Over-Focusing on Economic Data: We suspect very little has changed in the economy this year (it’s been slowing consistently with improving inflation since 2022), but government data skewed “hotter” in Q1 and “softer” in Q2 from those hotter levels. The year-over-year numbers look remarkably consistent with steady slowing.

The Caveat to Rate Cuts: The Fed reached its peak overnight rate in July of last year (12 months now), but keep in mind it was stuck for 15 months in 2006/2007 before a slowdown was evident, and ~20 months for job losses to become consistently negative. For those who don’t know, 2006/2007 looked like a soft landing too, for a while. Obviously, the imbalances in the economy are much more benign today than in 2007, but it just goes to show that inflation cooling and rates coming down doesn’t always mean equities just rally endlessly, due to the lagged impact of higher rates on the economy. At some point, earnings may become a bigger fear as the year progresses as the full impact of the rate cycle simply has not been felt yet. But for now, the equity market wants a soft landing, and no obvious reason to fight this trend until earnings trends weaken.

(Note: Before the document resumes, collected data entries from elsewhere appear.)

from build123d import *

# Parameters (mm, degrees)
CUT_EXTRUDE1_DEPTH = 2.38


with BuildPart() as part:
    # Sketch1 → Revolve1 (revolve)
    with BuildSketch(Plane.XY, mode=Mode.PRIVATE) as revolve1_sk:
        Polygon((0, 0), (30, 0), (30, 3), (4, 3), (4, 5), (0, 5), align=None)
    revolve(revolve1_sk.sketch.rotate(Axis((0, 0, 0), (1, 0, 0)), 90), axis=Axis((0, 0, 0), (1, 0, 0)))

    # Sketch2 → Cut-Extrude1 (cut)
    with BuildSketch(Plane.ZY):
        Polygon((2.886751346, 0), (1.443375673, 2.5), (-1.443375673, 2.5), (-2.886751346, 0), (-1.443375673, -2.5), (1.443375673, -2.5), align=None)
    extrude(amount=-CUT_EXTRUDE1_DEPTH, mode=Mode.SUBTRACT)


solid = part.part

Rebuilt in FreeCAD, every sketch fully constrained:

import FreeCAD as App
import Part
import Sketcher
Q = App.Units.Quantity

doc = App.newDocument("Part")
params = doc.addObject("Spreadsheet::Sheet", "Params")
for row, (alias, value) in enumerate([
    ("sketch1_width", "30 mm"),
    ("sketch1_width2", "26 mm"),
    ("sketch1_height", "3 mm"),
    ("sketch1_height2", "2 mm"),
    ("revolution_angle", "360 deg"),
    ("pocket1_length", "2.38 mm"),
], start=1):
    params.set(f"A{row}", alias)
    params.set(f"B{row}", "=" + value)
    params.setAlias(f"B{row}", alias)

body = doc.addObject("PartDesign::Body", "Body")

sketch1 = body.newObject("Sketcher::SketchObject", "Sketch")
sketch1.AttachmentSupport = (doc.getObject("XY_Plane"), [""])
sketch1.MapMode = "FlatFace"
sketch1.addGeometry(Part.LineSegment(App.Vector(0, 0, 0), App.Vector(30, 0, 0)), False)
sketch1.addGeometry(Part.LineSegment(App.Vector(30, 0, 0), App.Vector(30, 3, 0)), False)
sketch1.addGeometry(Part.LineSegment(App.Vector(30, 3, 0), App.Vector(4, 3, 0)), False)
sketch1.addGeometry(Part.LineSegment(App.Vector(4, 3, 0), App.Vector(4, 5, 0)), False)
sketch1.addGeometry(Part.LineSegment(App.Vector(4, 5, 0), App.Vector(0, 5, 0)), False)
sketch1.addGeometry(Part.LineSegment(App.Vector(0, 5, 0), App.Vector(0, 0, 0)), False)
sketch1.addConstraint(Sketcher.Constraint("Coincident", 0, 2, 1, 1))
sketch1.addConstraint(Sketcher.Constraint("Coincident", 1, 2, 2, 1))
sketch1.addConstraint(Sketcher.Constraint("Coincident", 2, 2, 3, 1))
sketch1.addConstraint(Sketcher.Constraint("Coincident", 3, 2, 4, 1))
sketch1.addConstraint(Sketcher.Constraint("Coincident", 4, 2, 5, 1))
sketch1.addConstraint(Sketcher.Constraint("Coincident", 5, 2, 0, 1))
sketch1.addConstraint(Sketcher.Constraint("Horizontal", 0))
sketch1.addConstraint(Sketcher.Constraint("Vertical", 1))
sketch1.addConstraint(Sketcher.Constraint("Horizontal", 2))
sketch1.addConstraint(Sketcher.Constraint("Vertical", 3))
sketch1.addConstraint(Sketcher.Constraint("Horizontal", 4))
sketch1.addConstraint(Sketcher.Constraint("Vertical", 5))
sketch1.addConstraint(Sketcher.Constraint("Coincident", 5, 2, -1, 1))
sketch1.addConstraint(Sketcher.Constraint("DistanceX", 0, 1, 0, 2, Q("30 mm")))
sketch1.addConstraint(Sketcher.Constraint("DistanceX", 2, 2, 2, 1, Q("26 mm")))
sketch1.addConstraint(Sketcher.Constraint("DistanceY", 1, 1, 1, 2, Q("3 mm")))
sketch1.addConstraint(Sketcher.Constraint("DistanceY", 3, 1, 3, 2, Q("2 mm")))
sketch1.setExpression("Constraints[13]", "Params.sketch1_width")
sketch1.setExpression("Constraints[14]", "Params.sketch1_width2")
sketch1.setExpression("Constraints[15]", "Params.sketch1_height")
sketch1.setExpression("Constraints[16]", "Params.sketch1_height2")
revolution = body.newObject("PartDesign::Revolution", "Revolution")
revolution.Profile = sketch1
revolution.ReferenceAxis = (sketch1, ["H_Axis"])
revolution.setExpression("Angle", "Params.revolution_angle")

sketch2 = body.newObject("Sketcher::SketchObject", "Sketch001")
sketch2.AttachmentSupport = (doc.getObject("YZ_Plane"), [""])
sketch2.MapMode = "FlatFace"
sketch2.addGeometry(Part.LineSegment(App.Vector(0, 2.9, 0), App.Vector(2.5, 1.4, 0)), False)
sketch2.addGeometry(Part.LineSegment(App.Vector(2.5, 1.4, 0), App.Vector(2.5, -1.4, 0)), False)
sketch2.addGeometry(Part.LineSegment(App.Vector(2.5, -1.4, 0), App.Vector(0, -2.9, 0)), False)
sketch2.addGeometry(Part.LineSegment(App.Vector(0, -2.9, 0), App.Vector(-2.5, -1.4, 0)), False)
sketch2.addGeometry(Part.LineSegment(App.Vector(-2.5, -1.4, 0), App.Vector(-2.5, 1.4, 0)), False)
sketch2.addGeometry(Part.LineSegment(App.Vector(-2.5, 1.4, 0), App.Vector(0, 2.9, 0)), False)
sketch2.addConstraint(Sketcher.Constraint("Coincident", 0, 2, 1, 1))
sketch2.addConstraint(Sketcher.Constraint("Coincident", 1, 2, 2, 1))
sketch2.addConstraint(Sketcher.Constraint("Coincident", 2, 2, 3, 1))
sketch2.addConstraint(Sketcher.Constraint("Coincident", 3, 2, 4, 1))
sketch2.addConstraint(Sketcher.Constraint("Coincident", 4, 2, 5, 1))
sketch2.addConstraint(Sketcher.Constraint("Coincident", 5, 2, 0, 1))
sketch2.addConstraint(Sketcher.Constraint("Vertical", 1))
sketch2.addConstraint(Sketcher.Constraint("Vertical", 4))
sketch2.addConstraint(Sketcher.Constraint("Symmetric", 0, 2, 3, 2, -1, 1))
sketch2.addConstraint(Sketcher.Constraint("Symmetric", 2, 2, 5, 2, -1, 1))
sketch2.addConstraint(Sketcher.Constraint("PointOnObject", 2, 2, -2))
sketch2.addConstraint(Sketcher.Constraint("Parallel", 2, 5))
sketch2.addConstraint(Sketcher.Constraint("Horizontal", 1, 2, 3, 2))
sketch2.addConstraint(Sketcher.Constraint("Angle", 0, Q("-30 deg")))
sketch2.addConstraint(Sketcher.Constraint("DistanceX", 3, 2, 1, 2, Q("5 mm")))
sketch2.addConstraint(Sketcher.Constraint("DistanceY", 1, 2, 1, 1, Q("2.886751 mm")))
pocket1 = body.newObject("PartDesign::Pocket", "Pocket")
pocket1.Profile = sketch2
pocket1.setExpression("Length", "Params.pocket1_length")
pocket1.Reversed = True

doc.recompute()
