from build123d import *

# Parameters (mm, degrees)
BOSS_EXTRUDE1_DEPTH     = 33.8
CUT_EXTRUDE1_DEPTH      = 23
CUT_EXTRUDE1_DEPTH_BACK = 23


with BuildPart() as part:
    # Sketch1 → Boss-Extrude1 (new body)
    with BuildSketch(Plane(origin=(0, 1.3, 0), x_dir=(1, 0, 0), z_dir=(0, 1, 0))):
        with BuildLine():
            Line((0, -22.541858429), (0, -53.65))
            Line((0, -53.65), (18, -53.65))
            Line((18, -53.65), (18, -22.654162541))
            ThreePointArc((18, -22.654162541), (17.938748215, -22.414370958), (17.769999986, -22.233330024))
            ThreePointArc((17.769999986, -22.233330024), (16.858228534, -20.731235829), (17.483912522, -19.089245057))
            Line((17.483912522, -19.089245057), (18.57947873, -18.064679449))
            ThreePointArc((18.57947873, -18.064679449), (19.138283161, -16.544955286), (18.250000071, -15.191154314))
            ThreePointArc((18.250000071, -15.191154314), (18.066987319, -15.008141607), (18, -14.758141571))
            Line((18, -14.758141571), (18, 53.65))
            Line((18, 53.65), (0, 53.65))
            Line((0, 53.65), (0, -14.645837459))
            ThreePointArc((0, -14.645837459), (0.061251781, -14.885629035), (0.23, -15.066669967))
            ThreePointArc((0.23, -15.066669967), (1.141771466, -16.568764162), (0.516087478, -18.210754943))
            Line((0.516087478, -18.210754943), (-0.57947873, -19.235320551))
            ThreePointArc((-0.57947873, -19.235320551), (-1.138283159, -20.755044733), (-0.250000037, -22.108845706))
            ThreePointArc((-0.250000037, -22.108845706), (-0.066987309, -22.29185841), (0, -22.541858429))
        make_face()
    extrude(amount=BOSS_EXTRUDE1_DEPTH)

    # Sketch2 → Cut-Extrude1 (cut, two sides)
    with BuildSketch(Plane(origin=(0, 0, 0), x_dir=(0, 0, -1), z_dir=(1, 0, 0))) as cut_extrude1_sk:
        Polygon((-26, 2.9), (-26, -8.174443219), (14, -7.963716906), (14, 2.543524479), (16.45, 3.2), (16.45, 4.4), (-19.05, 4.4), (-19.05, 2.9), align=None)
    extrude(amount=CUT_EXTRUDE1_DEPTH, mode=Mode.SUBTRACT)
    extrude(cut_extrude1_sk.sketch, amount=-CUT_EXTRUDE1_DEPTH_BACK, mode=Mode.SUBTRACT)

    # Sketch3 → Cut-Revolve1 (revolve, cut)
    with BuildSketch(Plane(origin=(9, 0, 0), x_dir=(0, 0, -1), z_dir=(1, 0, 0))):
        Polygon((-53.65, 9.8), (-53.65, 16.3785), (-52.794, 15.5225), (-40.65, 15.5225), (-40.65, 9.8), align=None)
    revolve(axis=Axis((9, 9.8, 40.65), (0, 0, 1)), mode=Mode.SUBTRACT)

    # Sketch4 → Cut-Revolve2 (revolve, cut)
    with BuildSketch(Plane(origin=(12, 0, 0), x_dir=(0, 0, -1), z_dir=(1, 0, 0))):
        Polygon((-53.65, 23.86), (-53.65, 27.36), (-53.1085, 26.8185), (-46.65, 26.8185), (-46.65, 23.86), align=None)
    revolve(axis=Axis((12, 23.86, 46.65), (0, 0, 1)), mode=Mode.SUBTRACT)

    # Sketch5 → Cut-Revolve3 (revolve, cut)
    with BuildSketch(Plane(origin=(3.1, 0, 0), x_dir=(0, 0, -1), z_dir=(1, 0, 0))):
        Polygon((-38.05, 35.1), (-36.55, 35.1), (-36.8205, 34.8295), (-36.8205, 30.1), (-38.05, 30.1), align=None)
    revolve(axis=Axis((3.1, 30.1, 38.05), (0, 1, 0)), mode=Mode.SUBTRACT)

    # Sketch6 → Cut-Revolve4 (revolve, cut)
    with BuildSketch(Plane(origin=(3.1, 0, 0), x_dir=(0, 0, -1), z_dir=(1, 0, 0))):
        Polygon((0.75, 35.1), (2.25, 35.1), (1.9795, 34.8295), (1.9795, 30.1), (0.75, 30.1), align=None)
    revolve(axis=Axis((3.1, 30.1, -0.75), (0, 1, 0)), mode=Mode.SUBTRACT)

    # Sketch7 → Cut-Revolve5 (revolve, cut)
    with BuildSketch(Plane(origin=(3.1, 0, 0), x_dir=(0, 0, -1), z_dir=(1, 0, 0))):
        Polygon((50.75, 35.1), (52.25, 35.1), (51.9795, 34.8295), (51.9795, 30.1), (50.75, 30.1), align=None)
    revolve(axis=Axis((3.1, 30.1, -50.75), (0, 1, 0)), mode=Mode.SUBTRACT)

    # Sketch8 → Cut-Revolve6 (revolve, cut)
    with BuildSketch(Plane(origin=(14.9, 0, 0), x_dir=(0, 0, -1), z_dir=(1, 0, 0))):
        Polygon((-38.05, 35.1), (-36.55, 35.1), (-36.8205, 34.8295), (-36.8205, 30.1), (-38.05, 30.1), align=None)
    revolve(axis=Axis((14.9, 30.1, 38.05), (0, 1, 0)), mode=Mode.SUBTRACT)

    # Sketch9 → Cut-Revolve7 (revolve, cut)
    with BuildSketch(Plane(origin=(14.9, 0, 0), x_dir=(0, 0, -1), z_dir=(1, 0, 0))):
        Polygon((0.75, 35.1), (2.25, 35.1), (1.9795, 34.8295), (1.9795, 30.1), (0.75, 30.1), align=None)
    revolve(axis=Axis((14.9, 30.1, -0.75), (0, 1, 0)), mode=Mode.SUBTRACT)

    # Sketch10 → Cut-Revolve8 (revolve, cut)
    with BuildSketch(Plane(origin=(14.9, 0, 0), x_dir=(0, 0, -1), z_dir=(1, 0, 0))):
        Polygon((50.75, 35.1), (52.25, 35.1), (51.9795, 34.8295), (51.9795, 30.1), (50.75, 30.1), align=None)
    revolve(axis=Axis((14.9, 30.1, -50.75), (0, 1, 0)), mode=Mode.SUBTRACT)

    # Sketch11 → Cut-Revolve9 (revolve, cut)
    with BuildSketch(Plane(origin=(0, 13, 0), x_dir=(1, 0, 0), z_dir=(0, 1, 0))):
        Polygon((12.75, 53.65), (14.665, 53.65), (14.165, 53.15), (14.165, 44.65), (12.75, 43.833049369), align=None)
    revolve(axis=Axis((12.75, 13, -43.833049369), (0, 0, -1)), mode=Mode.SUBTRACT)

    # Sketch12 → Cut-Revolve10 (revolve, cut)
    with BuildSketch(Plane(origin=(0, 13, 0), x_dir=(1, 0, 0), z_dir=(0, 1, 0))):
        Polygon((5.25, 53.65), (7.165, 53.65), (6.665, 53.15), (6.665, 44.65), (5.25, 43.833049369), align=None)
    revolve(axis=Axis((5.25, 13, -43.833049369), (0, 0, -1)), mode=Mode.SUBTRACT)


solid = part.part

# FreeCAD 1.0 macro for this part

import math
import FreeCAD as App
import Part
import Sketcher
Q = App.Units.Quantity


def add_polygon(sketch, points):
    """Adds a closed chain of lines whose ends are joined by coincident constraints."""
    first, n = sketch.GeometryCount, len(points)
    for a, b in zip(points, points[1:] + points[:1]):
        sketch.addGeometry(Part.LineSegment(App.Vector(*a, 0), App.Vector(*b, 0)), False)
    for i in range(n):
        sketch.addConstraint(Sketcher.Constraint("Coincident", first + i, 2, first + (i + 1) % n, 1))

doc = App.newDocument("Part")
body = doc.addObject("PartDesign::Body", "Body")

# Sketch on XZ plane
sketch1 = body.newObject("Sketcher::SketchObject", "Sketch")
sketch1.AttachmentSupport = (doc.getObject("XZ_Plane"), [""])
sketch1.MapMode = "FlatFace"
sketch1.AttachmentOffset = App.Placement(App.Vector(0, 0, -1.3), App.Rotation())
sketch1.addGeometry(Part.LineSegment(App.Vector(0, 22.54, 0), App.Vector(0, 53.65, 0)), False)
sketch1.addGeometry(Part.LineSegment(App.Vector(0, 53.65, 0), App.Vector(18, 53.65, 0)), False)
sketch1.addGeometry(Part.LineSegment(App.Vector(18, 53.65, 0), App.Vector(18, 22.65, 0)), False)
sketch1.addGeometry(Part.ArcOfCircle(Part.Circle(App.Vector(17.5, 22.65, 0), App.Vector(0, 0, 1), 0.5), math.radians(-57), math.radians(0)), False)
sketch1.addGeometry(Part.ArcOfCircle(Part.Circle(App.Vector(18.85, 20.55, 0), App.Vector(0, 0, 1), 2), math.radians(123), math.radians(227)), False)
sketch1.addGeometry(Part.LineSegment(App.Vector(17.48, 19.09, 0), App.Vector(18.58, 18.06, 0)), False)
sketch1.addGeometry(Part.ArcOfCircle(Part.Circle(App.Vector(17.35, 16.75, 0), App.Vector(0, 0, 1), 1.8), math.radians(-60), math.radians(47)), False)
sketch1.addGeometry(Part.ArcOfCircle(Part.Circle(App.Vector(18.5, 14.76, 0), App.Vector(0, 0, 1), 0.5), math.radians(120), math.radians(180)), False)
sketch1.addGeometry(Part.LineSegment(App.Vector(18, 14.76, 0), App.Vector(18, -53.65, 0)), False)
sketch1.addGeometry(Part.LineSegment(App.Vector(18, -53.65, 0), App.Vector(0, -53.65, 0)), False)
sketch1.addGeometry(Part.LineSegment(App.Vector(0, -53.65, 0), App.Vector(0, 14.65, 0)), False)
sketch1.addGeometry(Part.ArcOfCircle(Part.Circle(App.Vector(0.5, 14.65, 0), App.Vector(0, 0, 1), 0.5), math.radians(123), math.radians(180)), False)
sketch1.addGeometry(Part.ArcOfCircle(Part.Circle(App.Vector(-0.85, 16.75, 0), App.Vector(0, 0, 1), 2), math.radians(-57), math.radians(47)), False)
sketch1.addGeometry(Part.LineSegment(App.Vector(0.52, 18.21, 0), App.Vector(-0.58, 19.24, 0)), False)
sketch1.addGeometry(Part.ArcOfCircle(Part.Circle(App.Vector(0.65, 20.55, 0), App.Vector(0, 0, 1), 1.8), math.radians(120), math.radians(227)), False)
sketch1.addGeometry(Part.ArcOfCircle(Part.Circle(App.Vector(-0.5, 22.54, 0), App.Vector(0, 0, 1), 0.5), math.radians(-60), math.radians(0)), False)
sketch1.addConstraint(Sketcher.Constraint("Coincident", 0, 2, 1, 1))
sketch1.addConstraint(Sketcher.Constraint("Coincident", 1, 2, 2, 1))
sketch1.addConstraint(Sketcher.Constraint("Tangent", 2, 2, 3, 2))
sketch1.addConstraint(Sketcher.Constraint("Tangent", 3, 1, 4, 1))
sketch1.addConstraint(Sketcher.Constraint("Tangent", 4, 2, 5, 1))
sketch1.addConstraint(Sketcher.Constraint("Tangent", 5, 2, 6, 2))
sketch1.addConstraint(Sketcher.Constraint("Tangent", 6, 1, 7, 1))
sketch1.addConstraint(Sketcher.Constraint("Tangent", 7, 2, 8, 1))
sketch1.addConstraint(Sketcher.Constraint("Coincident", 8, 2, 9, 1))
sketch1.addConstraint(Sketcher.Constraint("Coincident", 9, 2, 10, 1))
sketch1.addConstraint(Sketcher.Constraint("Tangent", 10, 2, 11, 2))
sketch1.addConstraint(Sketcher.Constraint("Tangent", 11, 1, 12, 1))
sketch1.addConstraint(Sketcher.Constraint("Tangent", 12, 2, 13, 1))
sketch1.addConstraint(Sketcher.Constraint("Tangent", 13, 2, 14, 2))
sketch1.addConstraint(Sketcher.Constraint("Tangent", 14, 1, 15, 1))
sketch1.addConstraint(Sketcher.Constraint("Tangent", 15, 2, 0, 1))
sketch1.addConstraint(Sketcher.Constraint("Vertical", 0))
sketch1.addConstraint(Sketcher.Constraint("Horizontal", 1))
sketch1.addConstraint(Sketcher.Constraint("Vertical", 2))
sketch1.addConstraint(Sketcher.Constraint("Vertical", 8))
sketch1.addConstraint(Sketcher.Constraint("Horizontal", 9))
sketch1.addConstraint(Sketcher.Constraint("Vertical", 10))
sketch1.addConstraint(Sketcher.Constraint("Equal", 3, 7))
sketch1.addConstraint(Sketcher.Constraint("Equal", 7, 11))
sketch1.addConstraint(Sketcher.Constraint("Equal", 4, 12))
sketch1.addConstraint(Sketcher.Constraint("Equal", 6, 14))
sketch1.addConstraint(Sketcher.Constraint("Equal", 11, 15))
sketch1.addConstraint(Sketcher.Constraint("Symmetric", 0, 2, 9, 2, -1, 1))
sketch1.addConstraint(Sketcher.Constraint("PointOnObject", 0, 2, -2))
sketch1.addConstraint(Sketcher.Constraint("Parallel", 5, 13))
sketch1.addConstraint(Sketcher.Constraint("Horizontal", 6, 3, 12, 3))
sketch1.addConstraint(Sketcher.Constraint("Horizontal", 4, 3, 14, 3))
sketch1.addConstraint(Sketcher.Constraint("Vertical", 2, 2, 7, 2))
sketch1.addConstraint(Sketcher.Constraint("Radius", 4, Q("2 mm")))
sketch1.addConstraint(Sketcher.Constraint("Radius", 3, Q("0.5 mm")))
sketch1.addConstraint(Sketcher.Constraint("Radius", 6, Q("1.8 mm")))
sketch1.addConstraint(Sketcher.Constraint("DistanceX", 1, 1, 1, 2, Q("18 mm")))
sketch1.addConstraint(Sketcher.Constraint("Distance", 5, Q("1.5 mm")))
sketch1.addConstraint(Sketcher.Constraint("DistanceX", 6, 3, 4, 3, Q("1.5 mm")))
sketch1.addConstraint(Sketcher.Constraint("DistanceX", 12, 3, 6, 3, Q("18.2 mm")))
sketch1.addConstraint(Sketcher.Constraint("DistanceY", 14, 3, 0, 2, Q("33.1 mm")))
sketch1.addConstraint(Sketcher.Constraint("DistanceX", 6, 3, 6, 1, Q("0.9 mm")))
sketch1.addConstraint(Sketcher.Constraint("DistanceY", 8, 2, 6, 3, Q("70.4 mm")))
pad1 = body.newObject("PartDesign::Pad", "Pad")
pad1.Profile = sketch1
pad1.Length = 33.8
pad1.Reversed = True
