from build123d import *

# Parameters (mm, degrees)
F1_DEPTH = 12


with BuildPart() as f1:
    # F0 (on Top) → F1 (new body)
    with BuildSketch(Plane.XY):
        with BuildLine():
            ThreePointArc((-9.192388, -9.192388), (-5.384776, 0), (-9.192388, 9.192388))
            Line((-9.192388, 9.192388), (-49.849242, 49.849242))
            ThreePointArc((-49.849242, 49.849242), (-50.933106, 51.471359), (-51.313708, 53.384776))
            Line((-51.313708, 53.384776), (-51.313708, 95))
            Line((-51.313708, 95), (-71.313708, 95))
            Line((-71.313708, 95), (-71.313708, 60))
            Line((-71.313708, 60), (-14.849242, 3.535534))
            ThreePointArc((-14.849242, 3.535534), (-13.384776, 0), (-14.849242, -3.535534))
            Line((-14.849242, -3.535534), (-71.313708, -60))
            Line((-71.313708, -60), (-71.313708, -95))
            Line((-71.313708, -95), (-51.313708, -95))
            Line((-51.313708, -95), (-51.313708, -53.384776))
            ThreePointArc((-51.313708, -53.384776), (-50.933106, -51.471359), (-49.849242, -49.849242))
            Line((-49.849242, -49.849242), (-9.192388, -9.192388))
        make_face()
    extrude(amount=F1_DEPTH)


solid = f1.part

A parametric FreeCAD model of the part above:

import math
import FreeCAD as App
import Part
import Sketcher

V = App.Vector

doc = App.newDocument("Part")
params = doc.addObject("Spreadsheet::Sheet", "Params")
for row, (alias, value) in enumerate([
    ("sketch1_radius", "12.999999 mm"),
    ("sketch1_radius2", "5 mm"),
    ("sketch1_width", "20 mm"),
    ("sketch1_height", "35 mm"),
    ("pad1_length", "12 mm"),
], start=1):
    params.set(f"A{row}", alias)
    params.set(f"B{row}", "=" + value)
    params.setAlias(f"B{row}", alias)

body = doc.addObject("PartDesign::Body", "Body")

# Sketch on XY plane
sketch1 = body.newObject("Sketcher::SketchObject", "Sketch")
sketch1.AttachmentSupport = (doc.getObject("XY_Plane"), [""])
sketch1.MapMode = "FlatFace"
sketch1.addGeometry([
    Part.ArcOfCircle(Part.Circle(V(-18.4, 0, 0), V(0, 0, 1), 13), math.radians(-45), math.radians(45)),  # 0
    Part.LineSegment(V(-9.2, 9.2, 0), V(-49.8, 49.8, 0)),  # 1
    Part.ArcOfCircle(Part.Circle(V(-46.3, 53.4, 0), V(0, 0, 1), 5), math.radians(180), math.radians(225)),  # 2
    Part.LineSegment(V(-51.3, 53.4, 0), V(-51.3, 95, 0)),  # 3
    Part.LineSegment(V(-51.3, 95, 0), V(-71.3, 95, 0)),  # 4
    Part.LineSegment(V(-71.3, 95, 0), V(-71.3, 60, 0)),  # 5
    Part.LineSegment(V(-71.3, 60, 0), V(-14.8, 3.5, 0)),  # 6
    Part.ArcOfCircle(Part.Circle(V(-18.4, 0, 0), V(0, 0, 1), 5), math.radians(-45), math.radians(45)),  # 7
    Part.LineSegment(V(-14.8, -3.5, 0), V(-71.3, -60, 0)),  # 8
    Part.LineSegment(V(-71.3, -60, 0), V(-71.3, -95, 0)),  # 9
    Part.LineSegment(V(-71.3, -95, 0), V(-51.3, -95, 0)),  # 10
    Part.LineSegment(V(-51.3, -95, 0), V(-51.3, -53.4, 0)),  # 11
    Part.ArcOfCircle(Part.Circle(V(-46.3, -53.4, 0), V(0, 0, 1), 5), math.radians(135), math.radians(180)),  # 12
    Part.LineSegment(V(-49.8, -49.8, 0), V(-9.2, -9.2, 0)),  # 13
], False)
sketch1.addConstraint([
    Sketcher.Constraint("Tangent", 0, 2, 1, 1),
    Sketcher.Constraint("Tangent", 1, 2, 2, 2),
    Sketcher.Constraint("Tangent", 2, 1, 3, 1),
    Sketcher.Constraint("Coincident", 3, 2, 4, 1),
    Sketcher.Constraint("Coincident", 4, 2, 5, 1),
    Sketcher.Constraint("Coincident", 5, 2, 6, 1),
    Sketcher.Constraint("Tangent", 6, 2, 7, 2),
    Sketcher.Constraint("Tangent", 7, 1, 8, 1),
    Sketcher.Constraint("Coincident", 8, 2, 9, 1),
    Sketcher.Constraint("Coincident", 9, 2, 10, 1),
    Sketcher.Constraint("Coincident", 10, 2, 11, 1),
    Sketcher.Constraint("Tangent", 11, 2, 12, 2),
    Sketcher.Constraint("Tangent", 12, 1, 13, 1),
    Sketcher.Constraint("Tangent", 13, 2, 0, 1),
    Sketcher.Constraint("Vertical", 3),
    Sketcher.Constraint("Horizontal", 4),
    Sketcher.Constraint("Vertical", 5),
    Sketcher.Constraint("Vertical", 9),
    Sketcher.Constraint("Horizontal", 10),
    Sketcher.Constraint("Vertical", 11),
    Sketcher.Constraint("Coincident", 7, 3, 0, 3),
    Sketcher.Constraint("Equal", 2, 12),
    Sketcher.Constraint("Symmetric", 2, 3, 12, 3, -1),
    Sketcher.Constraint("Symmetric", 6, 2, 7, 1, -1),
    Sketcher.Constraint("Symmetric", 4, 2, 9, 2, -1),
    Sketcher.Constraint("Parallel", 1, 6),
    Sketcher.Constraint("Perpendicular", 6, 8),
    Sketcher.Constraint("Radius", 0, 12.999999),
    Sketcher.Constraint("Radius", 7, 5.0),
    Sketcher.Constraint("DistanceX", 4, 2, 4, 1, 20.0),
    Sketcher.Constraint("DistanceY", 5, 2, 5, 1, 35.0),
    Sketcher.Constraint("DistanceY", -1, 1, 3, 2, 95.0),
    Sketcher.Constraint("DistanceX", 1, 2, 6, 2, 35.0),
    Sketcher.Constraint("DistanceX", 2, 3, -1, 1, 46.31371),
])
sketch1.setExpression("Constraints[27]", "Params.sketch1_radius")
sketch1.setExpression("Constraints[28]", "Params.sketch1_radius2")
sketch1.setExpression("Constraints[29]", "Params.sketch1_width")
sketch1.setExpression("Constraints[30]", "Params.sketch1_height")
pad1 = body.newObject("PartDesign::Pad", "Pad")
pad1.Profile = sketch1
pad1.setExpression("Length", "Params.pad1_length")

doc.recompute()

Market Vol is Not Volatile: The worst day in June for the S&P 500 was a 0.31% drop. This would be the smallest worst day of any month since Feb ’17 at -0.26%. In fact, since 1928, this month would rank as the 5th smallest worst day of any month ever.

Consumer Continued: There’s about ~$5T in retail savings/money market accounts in the US. Just two years ago, these were earning zero percent. With higher rates, they are now pouring ~$250B annually into the pockets of generally high-income/high-net-worth consumers. So as the low end continues to struggle, the high end has had an offset to higher rates. But we are now lapping peak rates, so YoY, there is no longer an incremental ~$250M YoY entering the economy from higher interest income (we’re lapping it). We’re not sure if it matters or whether this will mean more of the rate hikes will show up in slowing at the macro level, but it’s clearly been one of the reasons the economy has been more resilient than typical to higher rates. By the way, that’s ~1.5% of consumer spending annually.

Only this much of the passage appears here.